Problem to work on
Extract from the entries below, exactly as given, only the lines from the line containing "f 123 125 168" to the line containing "f 63 271 64", both lines included.
Start of Given records
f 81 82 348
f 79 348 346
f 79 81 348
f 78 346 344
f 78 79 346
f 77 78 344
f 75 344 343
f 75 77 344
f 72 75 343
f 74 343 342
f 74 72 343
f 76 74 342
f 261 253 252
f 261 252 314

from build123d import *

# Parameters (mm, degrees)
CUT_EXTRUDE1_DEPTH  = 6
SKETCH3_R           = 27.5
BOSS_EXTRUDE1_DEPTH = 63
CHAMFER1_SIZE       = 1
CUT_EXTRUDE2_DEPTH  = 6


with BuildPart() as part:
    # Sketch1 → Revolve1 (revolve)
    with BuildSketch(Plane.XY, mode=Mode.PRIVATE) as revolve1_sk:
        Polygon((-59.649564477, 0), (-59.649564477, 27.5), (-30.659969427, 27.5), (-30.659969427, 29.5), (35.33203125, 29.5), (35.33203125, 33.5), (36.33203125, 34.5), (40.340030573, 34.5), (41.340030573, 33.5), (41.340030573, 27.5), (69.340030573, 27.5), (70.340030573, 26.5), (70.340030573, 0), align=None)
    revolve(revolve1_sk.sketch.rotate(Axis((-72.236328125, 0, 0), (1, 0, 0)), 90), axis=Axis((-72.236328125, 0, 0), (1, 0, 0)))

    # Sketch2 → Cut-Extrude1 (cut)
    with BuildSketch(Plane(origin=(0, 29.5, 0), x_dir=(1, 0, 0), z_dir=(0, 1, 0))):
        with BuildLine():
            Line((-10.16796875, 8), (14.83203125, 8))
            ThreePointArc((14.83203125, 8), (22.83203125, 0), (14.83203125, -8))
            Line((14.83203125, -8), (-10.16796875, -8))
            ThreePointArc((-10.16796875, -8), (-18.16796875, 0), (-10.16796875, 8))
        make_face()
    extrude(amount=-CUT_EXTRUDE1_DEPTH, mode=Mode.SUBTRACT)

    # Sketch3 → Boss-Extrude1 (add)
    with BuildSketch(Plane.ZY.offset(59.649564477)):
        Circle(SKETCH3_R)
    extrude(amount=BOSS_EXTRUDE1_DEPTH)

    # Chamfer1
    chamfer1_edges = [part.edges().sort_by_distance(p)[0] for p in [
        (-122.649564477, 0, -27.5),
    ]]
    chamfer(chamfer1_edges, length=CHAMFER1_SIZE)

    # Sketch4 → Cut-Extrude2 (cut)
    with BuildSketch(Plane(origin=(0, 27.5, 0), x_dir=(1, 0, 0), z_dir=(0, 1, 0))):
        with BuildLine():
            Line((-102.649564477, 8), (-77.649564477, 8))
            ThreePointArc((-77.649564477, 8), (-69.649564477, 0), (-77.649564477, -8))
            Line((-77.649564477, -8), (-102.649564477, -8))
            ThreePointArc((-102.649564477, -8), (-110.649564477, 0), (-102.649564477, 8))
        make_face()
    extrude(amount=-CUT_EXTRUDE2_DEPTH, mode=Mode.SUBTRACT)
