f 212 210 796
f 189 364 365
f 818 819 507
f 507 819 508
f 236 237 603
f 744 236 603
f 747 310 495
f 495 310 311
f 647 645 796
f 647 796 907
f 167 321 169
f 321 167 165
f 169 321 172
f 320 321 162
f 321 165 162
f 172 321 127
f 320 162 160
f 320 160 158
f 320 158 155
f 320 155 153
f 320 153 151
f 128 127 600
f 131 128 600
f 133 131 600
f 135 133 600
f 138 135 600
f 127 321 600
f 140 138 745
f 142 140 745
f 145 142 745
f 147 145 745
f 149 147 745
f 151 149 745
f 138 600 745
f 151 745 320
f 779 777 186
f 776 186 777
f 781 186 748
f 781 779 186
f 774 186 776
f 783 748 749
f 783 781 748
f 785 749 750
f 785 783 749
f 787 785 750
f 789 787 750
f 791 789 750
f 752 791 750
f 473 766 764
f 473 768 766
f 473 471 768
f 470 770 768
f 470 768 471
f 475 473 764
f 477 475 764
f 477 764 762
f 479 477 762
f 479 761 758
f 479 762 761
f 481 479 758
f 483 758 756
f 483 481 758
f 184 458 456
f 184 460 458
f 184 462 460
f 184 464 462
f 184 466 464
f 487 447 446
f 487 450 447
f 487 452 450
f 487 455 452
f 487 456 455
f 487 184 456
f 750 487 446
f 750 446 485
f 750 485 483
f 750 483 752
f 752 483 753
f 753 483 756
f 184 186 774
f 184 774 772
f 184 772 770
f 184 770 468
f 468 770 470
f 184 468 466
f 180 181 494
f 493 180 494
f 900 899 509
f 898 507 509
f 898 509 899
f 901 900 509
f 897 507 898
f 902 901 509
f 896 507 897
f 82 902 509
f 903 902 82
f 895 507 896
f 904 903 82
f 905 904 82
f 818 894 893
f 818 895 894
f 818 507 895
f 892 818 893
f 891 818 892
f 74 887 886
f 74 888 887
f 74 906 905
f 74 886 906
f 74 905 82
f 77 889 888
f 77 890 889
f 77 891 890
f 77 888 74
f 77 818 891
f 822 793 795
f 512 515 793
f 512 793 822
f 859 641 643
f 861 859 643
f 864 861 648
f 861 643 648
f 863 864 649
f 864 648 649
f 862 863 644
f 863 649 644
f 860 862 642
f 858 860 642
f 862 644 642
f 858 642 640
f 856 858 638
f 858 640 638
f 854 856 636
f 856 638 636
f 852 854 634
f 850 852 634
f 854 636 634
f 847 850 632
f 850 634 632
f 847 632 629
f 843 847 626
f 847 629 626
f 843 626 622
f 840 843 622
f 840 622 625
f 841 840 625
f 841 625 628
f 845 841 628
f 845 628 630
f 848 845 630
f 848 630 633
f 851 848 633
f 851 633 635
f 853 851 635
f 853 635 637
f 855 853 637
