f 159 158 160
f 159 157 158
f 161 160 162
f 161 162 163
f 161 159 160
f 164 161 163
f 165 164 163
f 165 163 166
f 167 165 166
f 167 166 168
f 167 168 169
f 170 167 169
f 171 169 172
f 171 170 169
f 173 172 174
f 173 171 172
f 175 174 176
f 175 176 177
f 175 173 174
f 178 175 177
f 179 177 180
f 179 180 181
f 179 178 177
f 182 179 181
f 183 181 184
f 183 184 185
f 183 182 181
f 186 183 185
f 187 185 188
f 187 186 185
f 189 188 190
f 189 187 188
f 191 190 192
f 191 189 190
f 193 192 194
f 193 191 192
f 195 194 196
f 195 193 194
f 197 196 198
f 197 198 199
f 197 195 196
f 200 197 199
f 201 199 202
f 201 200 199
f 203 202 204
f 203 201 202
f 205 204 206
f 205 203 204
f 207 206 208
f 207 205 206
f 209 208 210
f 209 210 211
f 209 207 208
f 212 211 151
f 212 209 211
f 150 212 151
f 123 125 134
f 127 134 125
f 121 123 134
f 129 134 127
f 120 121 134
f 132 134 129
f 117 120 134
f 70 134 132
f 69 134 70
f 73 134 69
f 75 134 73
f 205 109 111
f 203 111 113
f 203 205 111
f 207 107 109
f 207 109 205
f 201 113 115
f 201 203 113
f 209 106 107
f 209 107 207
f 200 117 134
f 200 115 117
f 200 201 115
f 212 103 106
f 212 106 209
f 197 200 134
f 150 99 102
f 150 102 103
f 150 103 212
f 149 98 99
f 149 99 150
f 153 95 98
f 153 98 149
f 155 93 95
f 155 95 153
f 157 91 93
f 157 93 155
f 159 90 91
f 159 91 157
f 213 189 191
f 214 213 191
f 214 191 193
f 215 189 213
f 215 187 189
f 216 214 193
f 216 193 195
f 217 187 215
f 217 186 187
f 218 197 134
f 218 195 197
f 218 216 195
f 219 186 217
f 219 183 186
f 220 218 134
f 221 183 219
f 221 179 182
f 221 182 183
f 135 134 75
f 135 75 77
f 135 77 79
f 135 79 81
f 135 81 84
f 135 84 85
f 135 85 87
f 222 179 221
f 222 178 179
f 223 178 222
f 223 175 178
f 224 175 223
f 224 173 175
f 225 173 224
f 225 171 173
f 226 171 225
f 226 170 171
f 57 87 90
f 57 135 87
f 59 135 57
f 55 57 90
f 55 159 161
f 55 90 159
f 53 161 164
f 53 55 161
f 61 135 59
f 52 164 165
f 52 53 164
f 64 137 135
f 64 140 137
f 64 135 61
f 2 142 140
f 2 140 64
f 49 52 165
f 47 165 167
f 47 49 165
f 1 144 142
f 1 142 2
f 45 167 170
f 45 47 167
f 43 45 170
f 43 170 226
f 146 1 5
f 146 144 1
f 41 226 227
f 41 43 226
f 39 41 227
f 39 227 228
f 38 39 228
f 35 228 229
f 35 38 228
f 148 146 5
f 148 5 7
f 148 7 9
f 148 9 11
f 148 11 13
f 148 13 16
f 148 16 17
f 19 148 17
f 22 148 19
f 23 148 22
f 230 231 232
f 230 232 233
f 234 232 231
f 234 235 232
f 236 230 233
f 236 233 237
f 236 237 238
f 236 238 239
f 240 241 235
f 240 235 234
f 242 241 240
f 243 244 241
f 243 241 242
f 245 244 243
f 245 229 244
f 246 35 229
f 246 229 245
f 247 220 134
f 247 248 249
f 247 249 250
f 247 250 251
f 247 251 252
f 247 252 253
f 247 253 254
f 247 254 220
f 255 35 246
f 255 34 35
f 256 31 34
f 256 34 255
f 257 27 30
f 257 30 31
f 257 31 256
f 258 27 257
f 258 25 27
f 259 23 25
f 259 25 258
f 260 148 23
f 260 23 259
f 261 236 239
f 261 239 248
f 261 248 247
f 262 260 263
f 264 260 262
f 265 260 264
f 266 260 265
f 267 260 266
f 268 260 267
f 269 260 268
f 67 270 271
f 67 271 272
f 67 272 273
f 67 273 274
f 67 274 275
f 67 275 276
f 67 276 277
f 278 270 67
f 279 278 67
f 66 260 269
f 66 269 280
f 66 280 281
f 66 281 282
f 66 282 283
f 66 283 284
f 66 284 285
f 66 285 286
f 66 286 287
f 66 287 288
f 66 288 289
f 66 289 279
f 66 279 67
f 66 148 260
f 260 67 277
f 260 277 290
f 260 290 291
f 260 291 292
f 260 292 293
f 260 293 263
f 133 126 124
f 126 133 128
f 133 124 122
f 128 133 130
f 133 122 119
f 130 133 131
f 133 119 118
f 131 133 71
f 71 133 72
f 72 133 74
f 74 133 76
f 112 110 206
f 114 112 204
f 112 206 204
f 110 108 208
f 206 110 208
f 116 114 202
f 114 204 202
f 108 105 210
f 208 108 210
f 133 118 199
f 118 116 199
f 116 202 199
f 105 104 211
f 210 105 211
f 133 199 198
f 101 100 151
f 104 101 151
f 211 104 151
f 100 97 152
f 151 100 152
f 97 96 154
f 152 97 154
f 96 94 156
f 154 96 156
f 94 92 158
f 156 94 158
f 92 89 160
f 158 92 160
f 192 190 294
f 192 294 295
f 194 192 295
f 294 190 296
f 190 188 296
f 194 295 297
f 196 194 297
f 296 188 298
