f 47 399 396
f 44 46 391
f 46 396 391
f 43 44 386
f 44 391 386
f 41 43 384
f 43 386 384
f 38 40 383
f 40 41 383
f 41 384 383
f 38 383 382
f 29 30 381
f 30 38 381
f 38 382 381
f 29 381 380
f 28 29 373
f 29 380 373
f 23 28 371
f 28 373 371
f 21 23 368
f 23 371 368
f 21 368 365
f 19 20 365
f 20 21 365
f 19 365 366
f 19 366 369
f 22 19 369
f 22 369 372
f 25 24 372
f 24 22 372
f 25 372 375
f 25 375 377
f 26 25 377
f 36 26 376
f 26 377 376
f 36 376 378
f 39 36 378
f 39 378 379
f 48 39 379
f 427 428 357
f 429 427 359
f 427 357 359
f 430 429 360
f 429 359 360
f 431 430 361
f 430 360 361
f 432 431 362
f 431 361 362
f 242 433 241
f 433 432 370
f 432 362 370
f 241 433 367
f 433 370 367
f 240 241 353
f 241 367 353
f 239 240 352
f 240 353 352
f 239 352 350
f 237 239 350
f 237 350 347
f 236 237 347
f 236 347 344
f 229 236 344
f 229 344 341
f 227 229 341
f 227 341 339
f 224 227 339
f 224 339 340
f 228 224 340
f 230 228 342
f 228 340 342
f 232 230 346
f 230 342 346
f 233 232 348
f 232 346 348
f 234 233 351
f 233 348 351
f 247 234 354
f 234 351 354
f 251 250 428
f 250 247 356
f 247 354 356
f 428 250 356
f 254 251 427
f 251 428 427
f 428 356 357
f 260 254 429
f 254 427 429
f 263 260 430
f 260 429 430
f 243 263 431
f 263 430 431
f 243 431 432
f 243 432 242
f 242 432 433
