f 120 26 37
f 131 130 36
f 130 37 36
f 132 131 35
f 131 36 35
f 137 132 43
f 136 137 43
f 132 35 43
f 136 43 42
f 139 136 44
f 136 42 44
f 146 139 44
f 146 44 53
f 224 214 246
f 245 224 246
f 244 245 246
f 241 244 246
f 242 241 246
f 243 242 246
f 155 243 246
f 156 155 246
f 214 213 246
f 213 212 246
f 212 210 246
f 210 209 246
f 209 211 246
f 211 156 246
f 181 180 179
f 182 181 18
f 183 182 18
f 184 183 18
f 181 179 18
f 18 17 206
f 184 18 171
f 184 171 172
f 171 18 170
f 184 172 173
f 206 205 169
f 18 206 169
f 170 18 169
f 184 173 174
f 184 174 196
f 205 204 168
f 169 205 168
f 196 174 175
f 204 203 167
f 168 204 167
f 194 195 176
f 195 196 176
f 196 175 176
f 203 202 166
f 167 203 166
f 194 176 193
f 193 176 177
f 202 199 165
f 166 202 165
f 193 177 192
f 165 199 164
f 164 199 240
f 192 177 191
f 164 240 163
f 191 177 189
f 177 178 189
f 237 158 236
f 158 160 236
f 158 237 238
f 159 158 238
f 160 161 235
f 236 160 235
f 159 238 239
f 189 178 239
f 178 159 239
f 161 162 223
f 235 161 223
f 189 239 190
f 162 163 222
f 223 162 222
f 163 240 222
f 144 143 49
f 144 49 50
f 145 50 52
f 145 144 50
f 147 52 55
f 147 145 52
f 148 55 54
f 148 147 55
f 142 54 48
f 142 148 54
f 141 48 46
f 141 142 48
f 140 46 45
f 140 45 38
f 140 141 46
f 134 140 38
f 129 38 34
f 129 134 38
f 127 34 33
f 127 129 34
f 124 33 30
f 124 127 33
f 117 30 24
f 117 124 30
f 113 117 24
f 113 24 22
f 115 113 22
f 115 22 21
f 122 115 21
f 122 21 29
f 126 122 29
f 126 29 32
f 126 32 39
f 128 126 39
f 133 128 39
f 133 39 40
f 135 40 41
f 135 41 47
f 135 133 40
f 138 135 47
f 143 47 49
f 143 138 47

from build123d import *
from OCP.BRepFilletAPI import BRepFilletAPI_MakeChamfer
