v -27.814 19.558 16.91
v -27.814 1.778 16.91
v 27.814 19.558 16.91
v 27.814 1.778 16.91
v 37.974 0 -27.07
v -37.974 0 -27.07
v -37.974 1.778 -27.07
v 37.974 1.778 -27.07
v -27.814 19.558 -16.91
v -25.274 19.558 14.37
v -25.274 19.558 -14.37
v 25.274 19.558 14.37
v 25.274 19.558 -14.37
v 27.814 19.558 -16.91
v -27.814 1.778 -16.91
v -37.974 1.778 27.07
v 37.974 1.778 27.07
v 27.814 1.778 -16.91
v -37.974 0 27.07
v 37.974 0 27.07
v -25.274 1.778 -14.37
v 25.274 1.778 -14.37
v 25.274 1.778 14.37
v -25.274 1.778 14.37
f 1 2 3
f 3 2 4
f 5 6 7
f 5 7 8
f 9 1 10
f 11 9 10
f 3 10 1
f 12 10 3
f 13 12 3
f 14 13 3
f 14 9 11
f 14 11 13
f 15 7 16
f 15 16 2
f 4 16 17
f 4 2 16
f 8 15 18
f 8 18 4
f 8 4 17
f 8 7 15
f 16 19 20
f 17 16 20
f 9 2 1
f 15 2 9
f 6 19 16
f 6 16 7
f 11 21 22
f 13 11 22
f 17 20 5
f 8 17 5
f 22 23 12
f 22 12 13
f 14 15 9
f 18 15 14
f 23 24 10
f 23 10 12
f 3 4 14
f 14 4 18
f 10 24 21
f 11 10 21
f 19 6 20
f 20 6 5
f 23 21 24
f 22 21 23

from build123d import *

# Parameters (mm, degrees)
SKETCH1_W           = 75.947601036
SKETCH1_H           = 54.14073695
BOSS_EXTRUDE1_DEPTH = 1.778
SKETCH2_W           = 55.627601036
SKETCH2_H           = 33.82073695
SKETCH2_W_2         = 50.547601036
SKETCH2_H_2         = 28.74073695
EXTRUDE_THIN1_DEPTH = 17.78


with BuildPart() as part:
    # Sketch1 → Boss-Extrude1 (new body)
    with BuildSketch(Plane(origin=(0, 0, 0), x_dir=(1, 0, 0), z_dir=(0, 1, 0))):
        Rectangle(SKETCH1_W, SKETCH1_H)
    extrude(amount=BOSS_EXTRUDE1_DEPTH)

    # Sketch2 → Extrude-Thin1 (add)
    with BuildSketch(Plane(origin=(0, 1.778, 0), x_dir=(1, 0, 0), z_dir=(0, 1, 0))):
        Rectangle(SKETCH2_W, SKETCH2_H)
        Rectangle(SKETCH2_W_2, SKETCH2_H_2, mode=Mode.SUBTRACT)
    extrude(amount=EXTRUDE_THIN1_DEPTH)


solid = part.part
End of Given records
Start of Given records
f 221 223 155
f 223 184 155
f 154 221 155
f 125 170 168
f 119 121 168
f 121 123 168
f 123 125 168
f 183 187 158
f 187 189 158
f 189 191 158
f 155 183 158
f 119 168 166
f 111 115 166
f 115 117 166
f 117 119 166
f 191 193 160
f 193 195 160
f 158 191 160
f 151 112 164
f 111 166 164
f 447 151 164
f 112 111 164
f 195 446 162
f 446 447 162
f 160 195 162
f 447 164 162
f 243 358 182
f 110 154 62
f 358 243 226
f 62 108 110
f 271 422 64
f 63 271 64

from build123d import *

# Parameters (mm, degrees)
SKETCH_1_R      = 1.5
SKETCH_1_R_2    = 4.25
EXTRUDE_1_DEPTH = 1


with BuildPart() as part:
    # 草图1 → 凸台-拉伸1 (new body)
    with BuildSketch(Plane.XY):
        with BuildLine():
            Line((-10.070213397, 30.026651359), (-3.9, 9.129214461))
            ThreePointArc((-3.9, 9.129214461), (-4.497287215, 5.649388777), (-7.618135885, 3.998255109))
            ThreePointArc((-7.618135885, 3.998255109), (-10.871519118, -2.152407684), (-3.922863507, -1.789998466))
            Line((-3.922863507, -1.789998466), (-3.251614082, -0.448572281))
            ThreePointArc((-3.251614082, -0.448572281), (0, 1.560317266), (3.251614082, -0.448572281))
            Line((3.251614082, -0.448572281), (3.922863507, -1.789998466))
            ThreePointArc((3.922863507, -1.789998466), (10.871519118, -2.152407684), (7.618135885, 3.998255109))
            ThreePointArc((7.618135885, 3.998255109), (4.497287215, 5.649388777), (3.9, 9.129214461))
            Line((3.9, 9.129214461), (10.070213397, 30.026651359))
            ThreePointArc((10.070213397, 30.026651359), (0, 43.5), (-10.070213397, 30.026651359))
End of Given records
Solved problem
f 123 125 168
f 183 187 158
f 187 189 158
f 189 191 158
f 155 183 158
f 119 168 166
f 111 115 166
f 115 117 166
f 117 119 166
f 191 193 160
f 193 195 160
f 158 191 160
f 151 112 164
f 111 166 164
f 447 151 164
f 112 111 164
f 195 446 162
f 446 447 162
f 160 195 162
f 447 164 162
f 243 358 182
f 110 154 62
f 358 243 226
f 62 108 110
f 271 422 64
f 63 271 64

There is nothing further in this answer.